For a cultural immersion most travelers to Japan head to Kyoto, the cultural capital of the country. Understandably so, but Tokyo has many hidden gems and one in my neighborhood Tomioka Hachiman Shrine at Monzen nakacho is one of them. If you are interested in the history of the Sumo sport, this shrine should be on your to-do-list in Tokyo.
Kanjin Zumo or the regular sumo tournaments were initiated at the Tomioka Hachiman-gu Shrine in Eastern Edo in the late 1600s! Known as the birth place of martial arts sumo,Tomioka Hachiman-gu is an awesome place for Sumo lovers interested in Sumo history. This is the location of the Yokozuna Stone and has all Yokozuna names scribed in the stone!Walkable distance 2 minutes from the Tokyo Metro Tozai Line station Monzen-Naka-Cho, the shrine is quite busy in the days of new year with many people lining up for the “Hatsu-mode” or new year’s shrine visit. Contrast this with evenings when there is not a soul in sight at the shrine and has a tranquil atmosphere then……
The deity enshrined here is Hachiman, often called the god of war. Hachiman is also considered the divine protector of Japan and the Japanese people, and the Imperial house.

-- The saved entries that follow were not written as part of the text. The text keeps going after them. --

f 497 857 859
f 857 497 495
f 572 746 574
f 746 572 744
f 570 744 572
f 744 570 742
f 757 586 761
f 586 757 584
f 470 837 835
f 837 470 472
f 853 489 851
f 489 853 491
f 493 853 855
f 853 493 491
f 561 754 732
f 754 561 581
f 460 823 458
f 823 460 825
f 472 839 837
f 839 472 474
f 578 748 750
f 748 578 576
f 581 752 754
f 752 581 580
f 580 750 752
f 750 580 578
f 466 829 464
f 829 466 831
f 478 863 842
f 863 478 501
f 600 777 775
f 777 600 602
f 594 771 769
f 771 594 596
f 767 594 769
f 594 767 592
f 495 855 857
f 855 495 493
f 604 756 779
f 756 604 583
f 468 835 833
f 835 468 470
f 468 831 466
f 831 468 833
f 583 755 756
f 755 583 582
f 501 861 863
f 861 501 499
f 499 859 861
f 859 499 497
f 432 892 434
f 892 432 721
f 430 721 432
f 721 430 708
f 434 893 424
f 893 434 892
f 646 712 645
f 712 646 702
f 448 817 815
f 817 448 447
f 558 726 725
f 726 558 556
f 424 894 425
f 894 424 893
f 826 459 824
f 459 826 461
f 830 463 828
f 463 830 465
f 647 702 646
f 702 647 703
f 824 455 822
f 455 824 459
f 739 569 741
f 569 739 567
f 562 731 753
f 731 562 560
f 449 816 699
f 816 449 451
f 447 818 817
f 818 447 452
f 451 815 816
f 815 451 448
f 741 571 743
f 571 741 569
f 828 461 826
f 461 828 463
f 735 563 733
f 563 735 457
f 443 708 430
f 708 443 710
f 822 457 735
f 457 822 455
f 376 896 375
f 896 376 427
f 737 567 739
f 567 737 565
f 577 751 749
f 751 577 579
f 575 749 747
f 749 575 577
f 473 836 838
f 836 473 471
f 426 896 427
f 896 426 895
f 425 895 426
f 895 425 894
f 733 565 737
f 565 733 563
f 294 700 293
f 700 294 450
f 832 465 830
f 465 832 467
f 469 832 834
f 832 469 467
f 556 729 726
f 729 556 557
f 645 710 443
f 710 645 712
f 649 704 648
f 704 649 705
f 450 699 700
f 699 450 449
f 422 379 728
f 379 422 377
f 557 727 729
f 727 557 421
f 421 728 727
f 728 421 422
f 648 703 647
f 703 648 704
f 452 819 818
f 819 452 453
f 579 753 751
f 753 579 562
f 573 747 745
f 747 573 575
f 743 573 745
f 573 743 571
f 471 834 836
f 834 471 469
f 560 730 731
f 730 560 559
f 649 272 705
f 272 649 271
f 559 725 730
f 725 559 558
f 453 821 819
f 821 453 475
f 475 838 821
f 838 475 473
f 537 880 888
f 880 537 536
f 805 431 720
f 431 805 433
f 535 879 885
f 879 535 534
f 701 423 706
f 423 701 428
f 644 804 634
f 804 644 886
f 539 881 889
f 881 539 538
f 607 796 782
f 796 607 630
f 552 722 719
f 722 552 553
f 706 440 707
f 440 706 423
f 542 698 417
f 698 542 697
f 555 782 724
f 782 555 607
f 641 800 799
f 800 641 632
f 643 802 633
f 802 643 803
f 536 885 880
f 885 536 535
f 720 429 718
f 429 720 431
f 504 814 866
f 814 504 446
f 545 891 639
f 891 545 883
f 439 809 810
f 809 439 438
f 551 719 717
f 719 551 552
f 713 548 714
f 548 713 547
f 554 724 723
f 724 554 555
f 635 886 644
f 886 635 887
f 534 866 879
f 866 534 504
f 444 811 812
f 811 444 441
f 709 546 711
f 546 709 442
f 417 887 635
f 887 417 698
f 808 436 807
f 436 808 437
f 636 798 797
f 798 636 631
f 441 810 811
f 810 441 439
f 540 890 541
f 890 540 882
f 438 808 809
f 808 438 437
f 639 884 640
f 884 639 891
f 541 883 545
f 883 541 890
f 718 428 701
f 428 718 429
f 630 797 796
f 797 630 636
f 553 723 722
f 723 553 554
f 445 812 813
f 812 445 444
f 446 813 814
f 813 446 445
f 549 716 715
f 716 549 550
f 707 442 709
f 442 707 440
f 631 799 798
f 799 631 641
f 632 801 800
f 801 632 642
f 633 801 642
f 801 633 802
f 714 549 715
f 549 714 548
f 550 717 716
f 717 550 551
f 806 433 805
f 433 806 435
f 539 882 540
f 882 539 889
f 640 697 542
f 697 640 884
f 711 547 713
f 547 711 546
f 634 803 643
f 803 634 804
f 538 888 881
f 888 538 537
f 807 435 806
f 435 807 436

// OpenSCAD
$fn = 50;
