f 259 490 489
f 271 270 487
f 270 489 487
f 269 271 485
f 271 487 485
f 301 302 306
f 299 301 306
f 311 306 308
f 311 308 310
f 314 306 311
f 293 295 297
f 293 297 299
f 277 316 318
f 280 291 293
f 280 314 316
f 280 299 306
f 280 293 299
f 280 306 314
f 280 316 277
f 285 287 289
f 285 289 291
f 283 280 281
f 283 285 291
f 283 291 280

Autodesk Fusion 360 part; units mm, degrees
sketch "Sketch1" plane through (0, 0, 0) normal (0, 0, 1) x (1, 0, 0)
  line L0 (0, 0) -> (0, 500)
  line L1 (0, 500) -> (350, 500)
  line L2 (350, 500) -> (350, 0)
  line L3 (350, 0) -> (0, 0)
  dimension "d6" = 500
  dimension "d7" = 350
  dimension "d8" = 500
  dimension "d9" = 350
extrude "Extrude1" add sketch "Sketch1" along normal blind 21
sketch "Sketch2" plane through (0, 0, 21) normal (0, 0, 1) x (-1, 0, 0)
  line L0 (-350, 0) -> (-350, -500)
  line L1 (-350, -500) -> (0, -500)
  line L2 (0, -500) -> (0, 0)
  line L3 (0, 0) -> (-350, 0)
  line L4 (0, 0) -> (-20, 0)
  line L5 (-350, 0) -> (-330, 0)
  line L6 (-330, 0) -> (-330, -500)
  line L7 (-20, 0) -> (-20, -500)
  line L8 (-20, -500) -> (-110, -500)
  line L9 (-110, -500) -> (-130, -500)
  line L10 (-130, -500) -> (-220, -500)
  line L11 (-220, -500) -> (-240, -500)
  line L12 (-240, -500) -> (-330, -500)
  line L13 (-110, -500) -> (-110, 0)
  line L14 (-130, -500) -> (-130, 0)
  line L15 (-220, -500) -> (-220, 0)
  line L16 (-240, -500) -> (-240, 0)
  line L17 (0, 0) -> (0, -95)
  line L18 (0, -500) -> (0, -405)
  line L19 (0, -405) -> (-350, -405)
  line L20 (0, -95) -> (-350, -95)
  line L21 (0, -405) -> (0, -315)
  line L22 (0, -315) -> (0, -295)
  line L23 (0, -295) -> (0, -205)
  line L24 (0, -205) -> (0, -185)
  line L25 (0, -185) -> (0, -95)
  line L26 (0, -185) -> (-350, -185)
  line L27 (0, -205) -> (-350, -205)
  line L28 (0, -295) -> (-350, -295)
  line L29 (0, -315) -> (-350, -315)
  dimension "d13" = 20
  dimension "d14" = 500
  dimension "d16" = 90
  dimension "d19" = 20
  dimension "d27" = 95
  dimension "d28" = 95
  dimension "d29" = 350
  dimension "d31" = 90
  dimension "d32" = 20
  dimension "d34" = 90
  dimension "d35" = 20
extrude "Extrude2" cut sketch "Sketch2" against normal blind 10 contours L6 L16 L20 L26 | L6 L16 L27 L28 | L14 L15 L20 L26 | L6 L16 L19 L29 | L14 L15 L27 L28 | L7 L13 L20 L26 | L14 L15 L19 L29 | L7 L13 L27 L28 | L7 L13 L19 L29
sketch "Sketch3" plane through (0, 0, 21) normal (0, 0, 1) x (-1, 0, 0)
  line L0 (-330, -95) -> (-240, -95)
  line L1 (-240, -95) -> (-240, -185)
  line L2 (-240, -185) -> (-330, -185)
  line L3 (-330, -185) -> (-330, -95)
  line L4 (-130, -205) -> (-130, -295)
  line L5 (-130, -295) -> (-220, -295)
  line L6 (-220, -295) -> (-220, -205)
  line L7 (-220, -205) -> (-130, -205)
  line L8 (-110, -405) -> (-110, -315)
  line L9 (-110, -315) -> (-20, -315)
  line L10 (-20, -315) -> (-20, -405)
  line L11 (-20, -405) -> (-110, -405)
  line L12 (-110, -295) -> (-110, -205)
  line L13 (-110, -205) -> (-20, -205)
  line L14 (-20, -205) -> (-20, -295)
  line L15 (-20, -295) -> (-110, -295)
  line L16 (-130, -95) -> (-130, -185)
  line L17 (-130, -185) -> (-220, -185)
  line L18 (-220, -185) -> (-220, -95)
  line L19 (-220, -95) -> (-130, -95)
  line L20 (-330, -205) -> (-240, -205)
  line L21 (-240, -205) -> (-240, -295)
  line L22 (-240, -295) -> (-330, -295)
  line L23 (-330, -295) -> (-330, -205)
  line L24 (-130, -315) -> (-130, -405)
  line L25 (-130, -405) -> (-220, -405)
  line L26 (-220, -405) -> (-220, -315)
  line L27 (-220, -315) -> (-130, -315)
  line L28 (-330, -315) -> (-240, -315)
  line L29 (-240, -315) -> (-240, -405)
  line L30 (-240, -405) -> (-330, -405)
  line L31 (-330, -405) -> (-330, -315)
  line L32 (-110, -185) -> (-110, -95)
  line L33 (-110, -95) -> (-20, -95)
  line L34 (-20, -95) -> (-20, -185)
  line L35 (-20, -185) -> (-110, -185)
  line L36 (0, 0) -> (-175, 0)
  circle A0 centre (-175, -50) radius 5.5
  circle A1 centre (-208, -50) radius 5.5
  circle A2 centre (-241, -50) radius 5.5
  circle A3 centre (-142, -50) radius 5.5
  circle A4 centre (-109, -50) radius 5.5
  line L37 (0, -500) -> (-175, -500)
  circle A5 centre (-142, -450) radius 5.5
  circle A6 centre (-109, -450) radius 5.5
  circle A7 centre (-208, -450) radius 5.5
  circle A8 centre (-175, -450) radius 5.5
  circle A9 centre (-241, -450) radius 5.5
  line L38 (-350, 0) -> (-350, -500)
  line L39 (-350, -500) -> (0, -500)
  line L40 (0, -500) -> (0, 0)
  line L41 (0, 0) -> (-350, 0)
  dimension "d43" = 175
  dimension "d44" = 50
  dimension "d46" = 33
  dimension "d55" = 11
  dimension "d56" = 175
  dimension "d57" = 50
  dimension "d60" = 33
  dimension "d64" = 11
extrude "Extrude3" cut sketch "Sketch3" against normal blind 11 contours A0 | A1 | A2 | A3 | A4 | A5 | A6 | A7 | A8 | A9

Throughout the Japanese medieval period, the worship of Hachiman spread across Japan among not only samurai, but also the peasantry. So much so was his popularity that presently there are 25000 Shinto shrines in Japan dedicated to Hachiman, the second most numerous after shrines dedicated to Inari.As I said earlier, this shrine is popular among the sumo wrestlers and on the right hand back side of the shrine is the location of the Yokozuna Stone. It has all Yokozuna names carved in stone! Unless you read Japanese it can difficult to decipher the same, but, this place is worth a visit if you are a Sumo fan for sure.
Ema, the wooden plaque on which the worshippers write their prayers or wishes on also has a Sumo wrestler painting on it with the Hachiman Shrine illustration in the background. Twice a year, sumo wrestlers from Tokyo come here to pray and greet this monument before the sumo season.Apart from the new year celebrations, Tomioka Hachimangu Shrine also hosts one of the biggest summer festival of Tokyo in mid-August. Known as one of the three ‘great festivals’ of Edo, it is celebrated in all its glory only once every three years with the last one in 2014 and now the next one in 2017.If you want to have an authentic Japanese experience, do not forget to visit the shrine in the evenings and ensure that you also visit the backside of the shrine. The backside of the shrine is really beautiful with small ponds with koi fish and in the night time the overall lightup and the ambience is a very nice experience.Beautiful lamps and the overall ambience especially at night, you will feel as if you are not in central Tokyo but in the cultural hub, city of Kyoto. The shrine is lit up in the evenings and the below images are some samples of the illumination. There is one more thing of the Hachiman Shrine. One of the great treasures of the shrine is its 4-ton ichi-no-miya mikoshi, the biggest mikoshi (portable shrine) in the Kanto region. It is said that the value of the mikoshi decorations of diamonds, rubies and saphires stands at about an outstanding one billion yen!!!!One more night time view, which I took last year at the shrine.In 2005, I discovered that there was a flea market at the shrine. I keep going to the venue a couple of times every year. The flea market takes place on every 1st, 15th and 28th of every month. The flea market attracts significant crowds and the products, similar to other flea markets, invoke a certain nostalgia. Tomioka Hachimangu Shrine has a long-established variety of goods for visitors who seek good and old items. I have collected many rare coins, postcards and stamps, and the decoration in the hallway of my apartment consists of many items I picked up at the market. Unfortunately I have not seen much English speaking sellers at the venue, but all sellers are usually very polite and helpful. Kindly note that the flea market takes place every month except January.